PARAMETERS OPTIMIZATION OF A DYNAMIC VIBRATION ABSORBER WITH INERTER AND GROUNDED STIFFNESS

  • 摘要: 大多数机械振动属于有害振动, 不仅会产生噪声还会降低设备的使用寿命和工作性能. 接地刚度和惯容这两种器件均能改变系统的固有频率, 在振动控制领域中有着良好的效果. 但目前的大部分研究仅着眼于单一元件对系统产生的影响, 而此类吸振器逐渐难以满足设备对振动控制需求的增长. 在Voigt型动力吸振器模型的基础上, 提出了一种含有惯容和接地刚度的新型动力吸振器模型, 详细研究了该模型的最优设计参数, 推导出最优设计公式的解析解. 首先通过牛顿第二定律建立起二自由度系统的运动微分方程, 计算出系统解析解, 发现系统存在3个与阻尼比无关的固定点, 利用固定点理论得到了动力吸振器的最优频率比. 为保证系统稳定性, 筛选最优接地刚度比时, 发现不恰当的惯容系数会导致系统产生失稳现象, 进而推导出惯容最佳工作范围, 最终得到了最优接地刚度比和近似最优阻尼比. 分析了惯容系数取值在最佳范围以外时系统的工作情况, 并给出了实际应用中的建议. 通过数值仿真验证了推导得到解析解的正确性. 与多种已有的动力吸振器在简谐激励和随机激励的工况下进行对比, 说明了该模型能够大幅降低主系统振幅, 拓宽减振频带, 为设计新型吸振器提供了理论依据.

     

    Abstract: Most mechanical vibrations are detrimental that not only generate noise but also reduce the service life and operating performance of the equipment. As two common components, grounded stiffness and inerter can change the natural frequency of the system, which has good effect in the field of vibration control. However, most of the current research only focuses on the impact of a single component on the system, and the vibration absorber is gradually difficult to meet the growth of performance demand for vibration control. Based on the typical Voigt-type dynamic vibration absorber, a novel dynamic vibration absorber model with inerter and grounded stiffness is presented.
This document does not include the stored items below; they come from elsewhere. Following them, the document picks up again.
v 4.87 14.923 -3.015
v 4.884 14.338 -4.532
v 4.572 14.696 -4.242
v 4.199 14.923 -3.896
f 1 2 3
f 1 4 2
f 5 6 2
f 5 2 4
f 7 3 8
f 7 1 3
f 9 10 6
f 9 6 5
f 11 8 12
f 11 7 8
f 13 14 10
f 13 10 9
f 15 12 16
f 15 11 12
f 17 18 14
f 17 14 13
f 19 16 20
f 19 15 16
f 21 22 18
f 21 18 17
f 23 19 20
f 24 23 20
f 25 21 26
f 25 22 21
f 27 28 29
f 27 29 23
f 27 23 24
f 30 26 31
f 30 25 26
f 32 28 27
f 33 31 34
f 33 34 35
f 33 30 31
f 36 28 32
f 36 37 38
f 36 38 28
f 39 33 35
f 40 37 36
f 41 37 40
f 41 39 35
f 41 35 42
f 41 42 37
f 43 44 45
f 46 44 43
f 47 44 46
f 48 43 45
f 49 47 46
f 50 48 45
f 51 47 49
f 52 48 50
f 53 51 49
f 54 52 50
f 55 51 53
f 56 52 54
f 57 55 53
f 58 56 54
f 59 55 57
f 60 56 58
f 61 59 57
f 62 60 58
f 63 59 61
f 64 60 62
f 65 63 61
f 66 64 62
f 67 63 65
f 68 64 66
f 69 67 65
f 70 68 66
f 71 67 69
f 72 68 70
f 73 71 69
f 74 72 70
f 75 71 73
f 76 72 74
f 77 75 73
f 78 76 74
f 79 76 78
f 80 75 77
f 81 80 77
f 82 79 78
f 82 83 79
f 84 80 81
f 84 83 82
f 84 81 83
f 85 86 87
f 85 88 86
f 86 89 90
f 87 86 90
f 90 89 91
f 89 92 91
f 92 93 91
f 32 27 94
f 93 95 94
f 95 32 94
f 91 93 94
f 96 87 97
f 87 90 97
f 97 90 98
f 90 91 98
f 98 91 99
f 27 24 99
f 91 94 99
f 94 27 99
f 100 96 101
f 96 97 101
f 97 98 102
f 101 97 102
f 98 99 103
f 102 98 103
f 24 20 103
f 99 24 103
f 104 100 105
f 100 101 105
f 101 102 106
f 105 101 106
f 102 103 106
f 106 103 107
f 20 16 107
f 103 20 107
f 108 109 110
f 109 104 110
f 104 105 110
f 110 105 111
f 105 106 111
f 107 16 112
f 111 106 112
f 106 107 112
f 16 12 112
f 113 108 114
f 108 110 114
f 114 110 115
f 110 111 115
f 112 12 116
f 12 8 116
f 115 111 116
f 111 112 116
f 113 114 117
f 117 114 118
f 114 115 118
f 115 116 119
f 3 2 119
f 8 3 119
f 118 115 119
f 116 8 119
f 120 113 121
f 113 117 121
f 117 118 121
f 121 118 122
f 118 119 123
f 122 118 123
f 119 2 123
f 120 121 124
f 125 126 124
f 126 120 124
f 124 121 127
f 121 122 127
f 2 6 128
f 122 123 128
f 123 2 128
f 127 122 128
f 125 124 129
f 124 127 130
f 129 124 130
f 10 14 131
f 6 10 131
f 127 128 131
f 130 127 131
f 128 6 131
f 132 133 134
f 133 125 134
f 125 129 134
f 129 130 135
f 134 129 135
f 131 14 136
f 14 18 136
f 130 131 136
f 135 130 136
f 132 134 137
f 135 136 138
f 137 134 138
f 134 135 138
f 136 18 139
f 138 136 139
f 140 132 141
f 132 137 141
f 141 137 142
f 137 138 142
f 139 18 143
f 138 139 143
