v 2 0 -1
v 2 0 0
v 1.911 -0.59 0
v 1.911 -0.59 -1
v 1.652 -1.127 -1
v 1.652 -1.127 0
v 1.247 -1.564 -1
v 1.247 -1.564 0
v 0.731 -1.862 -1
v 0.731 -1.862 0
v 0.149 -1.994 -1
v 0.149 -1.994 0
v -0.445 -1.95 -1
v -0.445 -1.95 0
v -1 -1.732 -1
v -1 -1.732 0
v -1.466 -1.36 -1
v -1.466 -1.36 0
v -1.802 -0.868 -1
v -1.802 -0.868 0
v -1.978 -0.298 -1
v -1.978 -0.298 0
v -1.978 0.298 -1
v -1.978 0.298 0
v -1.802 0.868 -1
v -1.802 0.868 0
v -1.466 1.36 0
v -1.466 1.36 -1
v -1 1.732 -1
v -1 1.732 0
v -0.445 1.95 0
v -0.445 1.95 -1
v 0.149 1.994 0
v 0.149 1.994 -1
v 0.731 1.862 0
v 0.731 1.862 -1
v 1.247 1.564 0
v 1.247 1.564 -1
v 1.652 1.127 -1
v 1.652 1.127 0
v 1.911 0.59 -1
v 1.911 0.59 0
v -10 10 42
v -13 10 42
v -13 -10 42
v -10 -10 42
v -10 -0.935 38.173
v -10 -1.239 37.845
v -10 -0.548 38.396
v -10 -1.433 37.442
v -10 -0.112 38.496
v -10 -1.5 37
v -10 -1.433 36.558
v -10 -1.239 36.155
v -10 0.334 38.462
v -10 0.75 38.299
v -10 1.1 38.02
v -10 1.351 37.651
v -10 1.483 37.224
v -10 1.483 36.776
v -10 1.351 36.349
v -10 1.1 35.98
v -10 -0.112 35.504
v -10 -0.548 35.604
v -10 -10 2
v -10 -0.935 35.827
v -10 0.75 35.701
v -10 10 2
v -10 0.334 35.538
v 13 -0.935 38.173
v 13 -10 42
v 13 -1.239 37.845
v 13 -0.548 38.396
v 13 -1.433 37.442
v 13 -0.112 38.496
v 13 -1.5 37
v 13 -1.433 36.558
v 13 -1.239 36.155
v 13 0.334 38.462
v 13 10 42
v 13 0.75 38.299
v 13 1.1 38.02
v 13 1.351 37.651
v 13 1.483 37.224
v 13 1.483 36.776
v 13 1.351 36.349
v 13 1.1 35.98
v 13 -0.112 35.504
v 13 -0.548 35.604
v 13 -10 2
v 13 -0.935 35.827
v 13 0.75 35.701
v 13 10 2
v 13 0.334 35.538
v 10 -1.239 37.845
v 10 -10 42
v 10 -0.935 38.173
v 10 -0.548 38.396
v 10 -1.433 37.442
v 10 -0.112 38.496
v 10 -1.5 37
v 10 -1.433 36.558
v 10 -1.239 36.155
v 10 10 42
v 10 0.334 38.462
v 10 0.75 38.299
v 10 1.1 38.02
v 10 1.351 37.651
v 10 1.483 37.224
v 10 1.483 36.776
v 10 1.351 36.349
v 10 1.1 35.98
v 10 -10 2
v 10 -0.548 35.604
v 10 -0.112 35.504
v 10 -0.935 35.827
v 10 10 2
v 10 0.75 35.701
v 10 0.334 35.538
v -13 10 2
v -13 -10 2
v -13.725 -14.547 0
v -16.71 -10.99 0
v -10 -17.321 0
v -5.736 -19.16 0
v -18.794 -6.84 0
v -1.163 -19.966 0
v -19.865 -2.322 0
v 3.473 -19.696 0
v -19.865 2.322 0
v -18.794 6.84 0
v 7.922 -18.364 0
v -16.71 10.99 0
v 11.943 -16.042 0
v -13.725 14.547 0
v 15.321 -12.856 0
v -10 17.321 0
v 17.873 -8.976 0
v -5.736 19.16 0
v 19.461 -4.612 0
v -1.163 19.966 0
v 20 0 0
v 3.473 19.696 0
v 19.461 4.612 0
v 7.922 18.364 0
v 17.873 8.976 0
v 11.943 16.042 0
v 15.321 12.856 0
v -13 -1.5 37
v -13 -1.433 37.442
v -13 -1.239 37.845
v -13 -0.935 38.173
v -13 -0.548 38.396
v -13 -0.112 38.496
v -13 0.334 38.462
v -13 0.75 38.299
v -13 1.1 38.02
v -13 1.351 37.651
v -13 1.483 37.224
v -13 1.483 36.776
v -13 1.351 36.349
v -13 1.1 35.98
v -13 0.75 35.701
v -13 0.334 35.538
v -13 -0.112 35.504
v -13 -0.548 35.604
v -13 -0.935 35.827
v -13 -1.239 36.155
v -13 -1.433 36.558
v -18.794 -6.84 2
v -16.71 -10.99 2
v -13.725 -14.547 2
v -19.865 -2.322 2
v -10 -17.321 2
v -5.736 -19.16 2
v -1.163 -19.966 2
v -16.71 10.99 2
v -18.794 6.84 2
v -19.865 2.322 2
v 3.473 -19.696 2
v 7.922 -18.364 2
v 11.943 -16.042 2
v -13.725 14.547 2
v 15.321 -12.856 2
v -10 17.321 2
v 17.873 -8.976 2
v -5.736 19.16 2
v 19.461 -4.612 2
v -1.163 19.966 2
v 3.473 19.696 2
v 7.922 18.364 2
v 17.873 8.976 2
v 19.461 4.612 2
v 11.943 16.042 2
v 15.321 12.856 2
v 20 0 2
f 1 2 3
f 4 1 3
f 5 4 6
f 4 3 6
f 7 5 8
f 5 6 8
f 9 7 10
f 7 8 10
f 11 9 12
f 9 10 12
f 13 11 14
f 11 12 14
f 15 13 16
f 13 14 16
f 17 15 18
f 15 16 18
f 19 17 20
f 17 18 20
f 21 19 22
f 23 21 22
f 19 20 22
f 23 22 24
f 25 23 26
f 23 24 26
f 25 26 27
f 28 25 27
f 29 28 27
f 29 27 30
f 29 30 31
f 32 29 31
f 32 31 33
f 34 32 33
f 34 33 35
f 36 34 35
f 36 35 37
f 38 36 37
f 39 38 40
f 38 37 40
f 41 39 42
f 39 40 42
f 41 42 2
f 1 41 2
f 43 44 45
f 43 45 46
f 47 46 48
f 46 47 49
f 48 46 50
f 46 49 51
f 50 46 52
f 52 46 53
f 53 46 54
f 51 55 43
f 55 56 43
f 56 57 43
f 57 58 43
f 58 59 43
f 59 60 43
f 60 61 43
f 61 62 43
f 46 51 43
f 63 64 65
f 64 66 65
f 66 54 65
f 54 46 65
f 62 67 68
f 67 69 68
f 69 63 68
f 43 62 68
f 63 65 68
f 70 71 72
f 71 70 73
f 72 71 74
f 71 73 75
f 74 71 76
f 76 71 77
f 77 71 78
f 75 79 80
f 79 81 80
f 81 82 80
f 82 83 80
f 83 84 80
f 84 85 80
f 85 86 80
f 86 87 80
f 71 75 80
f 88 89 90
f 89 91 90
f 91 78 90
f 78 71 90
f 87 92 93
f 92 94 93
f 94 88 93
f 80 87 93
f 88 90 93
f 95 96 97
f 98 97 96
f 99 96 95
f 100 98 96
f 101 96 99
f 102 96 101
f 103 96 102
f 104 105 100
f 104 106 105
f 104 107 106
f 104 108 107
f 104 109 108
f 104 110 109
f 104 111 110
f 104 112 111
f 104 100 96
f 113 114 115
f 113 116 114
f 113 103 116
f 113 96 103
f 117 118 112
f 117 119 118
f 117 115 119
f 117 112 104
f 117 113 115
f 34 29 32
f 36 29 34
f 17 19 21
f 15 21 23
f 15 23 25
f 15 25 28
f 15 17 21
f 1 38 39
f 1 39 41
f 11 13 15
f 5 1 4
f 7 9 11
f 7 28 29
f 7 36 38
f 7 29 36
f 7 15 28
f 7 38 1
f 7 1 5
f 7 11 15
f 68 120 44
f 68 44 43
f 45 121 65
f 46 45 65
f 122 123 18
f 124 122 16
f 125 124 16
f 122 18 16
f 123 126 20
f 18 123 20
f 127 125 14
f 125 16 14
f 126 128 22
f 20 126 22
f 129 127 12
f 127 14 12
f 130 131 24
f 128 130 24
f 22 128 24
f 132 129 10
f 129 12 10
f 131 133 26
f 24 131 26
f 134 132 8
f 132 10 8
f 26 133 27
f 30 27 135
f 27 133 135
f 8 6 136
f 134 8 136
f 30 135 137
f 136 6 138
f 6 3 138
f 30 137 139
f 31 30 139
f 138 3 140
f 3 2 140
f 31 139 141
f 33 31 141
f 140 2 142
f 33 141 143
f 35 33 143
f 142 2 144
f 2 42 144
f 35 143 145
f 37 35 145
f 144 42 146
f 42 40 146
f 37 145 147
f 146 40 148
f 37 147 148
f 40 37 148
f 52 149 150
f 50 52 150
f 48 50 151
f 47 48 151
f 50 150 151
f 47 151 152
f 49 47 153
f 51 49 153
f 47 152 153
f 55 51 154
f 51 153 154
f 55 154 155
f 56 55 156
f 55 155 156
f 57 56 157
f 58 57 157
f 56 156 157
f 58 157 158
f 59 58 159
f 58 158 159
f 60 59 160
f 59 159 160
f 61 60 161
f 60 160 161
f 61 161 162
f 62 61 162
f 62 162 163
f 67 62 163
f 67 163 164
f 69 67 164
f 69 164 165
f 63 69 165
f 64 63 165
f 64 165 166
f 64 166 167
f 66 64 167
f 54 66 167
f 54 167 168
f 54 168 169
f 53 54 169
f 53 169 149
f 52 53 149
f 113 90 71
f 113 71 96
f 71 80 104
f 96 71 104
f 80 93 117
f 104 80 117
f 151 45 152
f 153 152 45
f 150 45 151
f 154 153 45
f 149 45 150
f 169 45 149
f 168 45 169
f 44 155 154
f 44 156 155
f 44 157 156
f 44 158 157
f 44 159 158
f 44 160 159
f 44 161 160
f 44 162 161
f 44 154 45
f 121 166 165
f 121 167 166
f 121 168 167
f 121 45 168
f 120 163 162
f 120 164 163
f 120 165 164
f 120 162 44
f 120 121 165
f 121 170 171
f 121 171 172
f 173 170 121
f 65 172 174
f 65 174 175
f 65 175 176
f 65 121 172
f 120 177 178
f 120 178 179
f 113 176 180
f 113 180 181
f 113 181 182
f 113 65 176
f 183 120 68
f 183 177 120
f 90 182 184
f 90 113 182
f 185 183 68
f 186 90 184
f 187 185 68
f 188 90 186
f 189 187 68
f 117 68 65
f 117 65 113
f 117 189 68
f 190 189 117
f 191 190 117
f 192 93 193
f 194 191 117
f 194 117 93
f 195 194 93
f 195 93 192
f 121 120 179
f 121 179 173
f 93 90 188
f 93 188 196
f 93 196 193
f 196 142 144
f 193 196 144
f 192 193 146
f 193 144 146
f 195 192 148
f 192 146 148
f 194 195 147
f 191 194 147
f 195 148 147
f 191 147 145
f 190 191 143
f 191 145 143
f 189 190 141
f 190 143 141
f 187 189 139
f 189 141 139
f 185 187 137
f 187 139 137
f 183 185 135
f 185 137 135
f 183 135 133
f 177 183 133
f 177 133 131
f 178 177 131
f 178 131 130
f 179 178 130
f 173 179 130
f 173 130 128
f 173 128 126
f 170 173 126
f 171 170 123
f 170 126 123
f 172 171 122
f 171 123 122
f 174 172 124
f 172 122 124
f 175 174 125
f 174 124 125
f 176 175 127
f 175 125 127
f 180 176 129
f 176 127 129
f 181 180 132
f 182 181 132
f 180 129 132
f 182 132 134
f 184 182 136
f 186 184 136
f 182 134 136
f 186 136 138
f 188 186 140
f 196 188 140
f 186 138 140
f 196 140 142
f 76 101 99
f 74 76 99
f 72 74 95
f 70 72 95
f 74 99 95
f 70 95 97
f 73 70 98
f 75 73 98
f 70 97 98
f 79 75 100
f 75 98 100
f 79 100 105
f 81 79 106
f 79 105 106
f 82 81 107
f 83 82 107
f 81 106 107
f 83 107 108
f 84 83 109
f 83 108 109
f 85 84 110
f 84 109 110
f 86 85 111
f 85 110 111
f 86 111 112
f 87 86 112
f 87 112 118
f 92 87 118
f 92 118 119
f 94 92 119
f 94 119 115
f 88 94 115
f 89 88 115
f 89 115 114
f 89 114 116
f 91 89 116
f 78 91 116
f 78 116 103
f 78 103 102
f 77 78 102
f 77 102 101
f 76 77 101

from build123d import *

# Parameters (mm, degrees)
SKETCH1_R           = 20
BOSS_EXTRUDE1_DEPTH = 2
SKETCH2_R           = 2
BOSS_EXTRUDE2_DEPTH = 1
SKETCH3_W           = 3
SKETCH3_H           = 20
BOSS_EXTRUDE3_DEPTH = 40
SKETCH5_R           = 1.5
CUT_EXTRUDE1_DEPTH  = 58.035076926


with BuildPart() as part:
    # Sketch1 → Boss-Extrude1 (new body)
    with BuildSketch(Plane.XY):
        Circle(SKETCH1_R)
    extrude(amount=BOSS_EXTRUDE1_DEPTH)

    # Sketch2 → Boss-Extrude2 (add)
    with BuildSketch(Plane(origin=(0, 0, 0), x_dir=(-1, 0, 0), z_dir=(0, 0, -1))):
        with Locations(Location((0, 0, 0), (0, 0, 180))):
            Circle(SKETCH2_R)
    extrude(amount=BOSS_EXTRUDE2_DEPTH)

    # Sketch3 → Boss-Extrude3 (add)
    with BuildSketch(Plane.XY.offset(2)):
        with Locations((-11.5, 0)):
            Rectangle(SKETCH3_W, SKETCH3_H)
    boss_extrude3 = extrude(amount=BOSS_EXTRUDE3_DEPTH)

    # Mirror1: Boss-Extrude3 across plane
    add(boss_extrude3.mirror(Plane(origin=(0, 0, 0), x_dir=(0, 0, 1), z_dir=(1, 0, 0))))

    # Sketch5 → Cut-Extrude1 (cut, through all)
    with BuildSketch(Plane.ZY.offset(13)):
        with Locations(Location((37, 0, 0), (0, 0, 270))):
            Circle(SKETCH5_R)
    extrude(amount=-CUT_EXTRUDE1_DEPTH, mode=Mode.SUBTRACT)


solid = part.part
The optimal parameters of the presented model are studied in detail, and the analytical solution of the optimal design formula is derived. First of all, the motion differential equation of the two degree-of-freedom system is established through Newton's second law, and from the system analytical solution it is found that the system has three fixed points unrelated to the damping ratio. The optimal frequency ratio of the dynamic vibration absorber is obtained based on the fixed-point theory. When screening the optimal grounded stiffness ratio, it is found that the inappropriate inerter coefficient will cause the system to generate instability. Then the best working range of the inerter is derived, and finally the optimal grounded stiffness ratio and approximate optimal damping ratio are also obtained. The working condition when the inerter coefficient is not within the best range is discussed, and the suggestions in practical application are given. The correctness of the analytical solution is verified by numerical simulation. Compared with other dynamic vibration absorbers under harmonic and random excitations, it is verified that the presented DVA can greatly reduce the amplitude of the primary system, widen the vibration reduction frequency band, and provide a theoretical basis for the design of new type of DVAs.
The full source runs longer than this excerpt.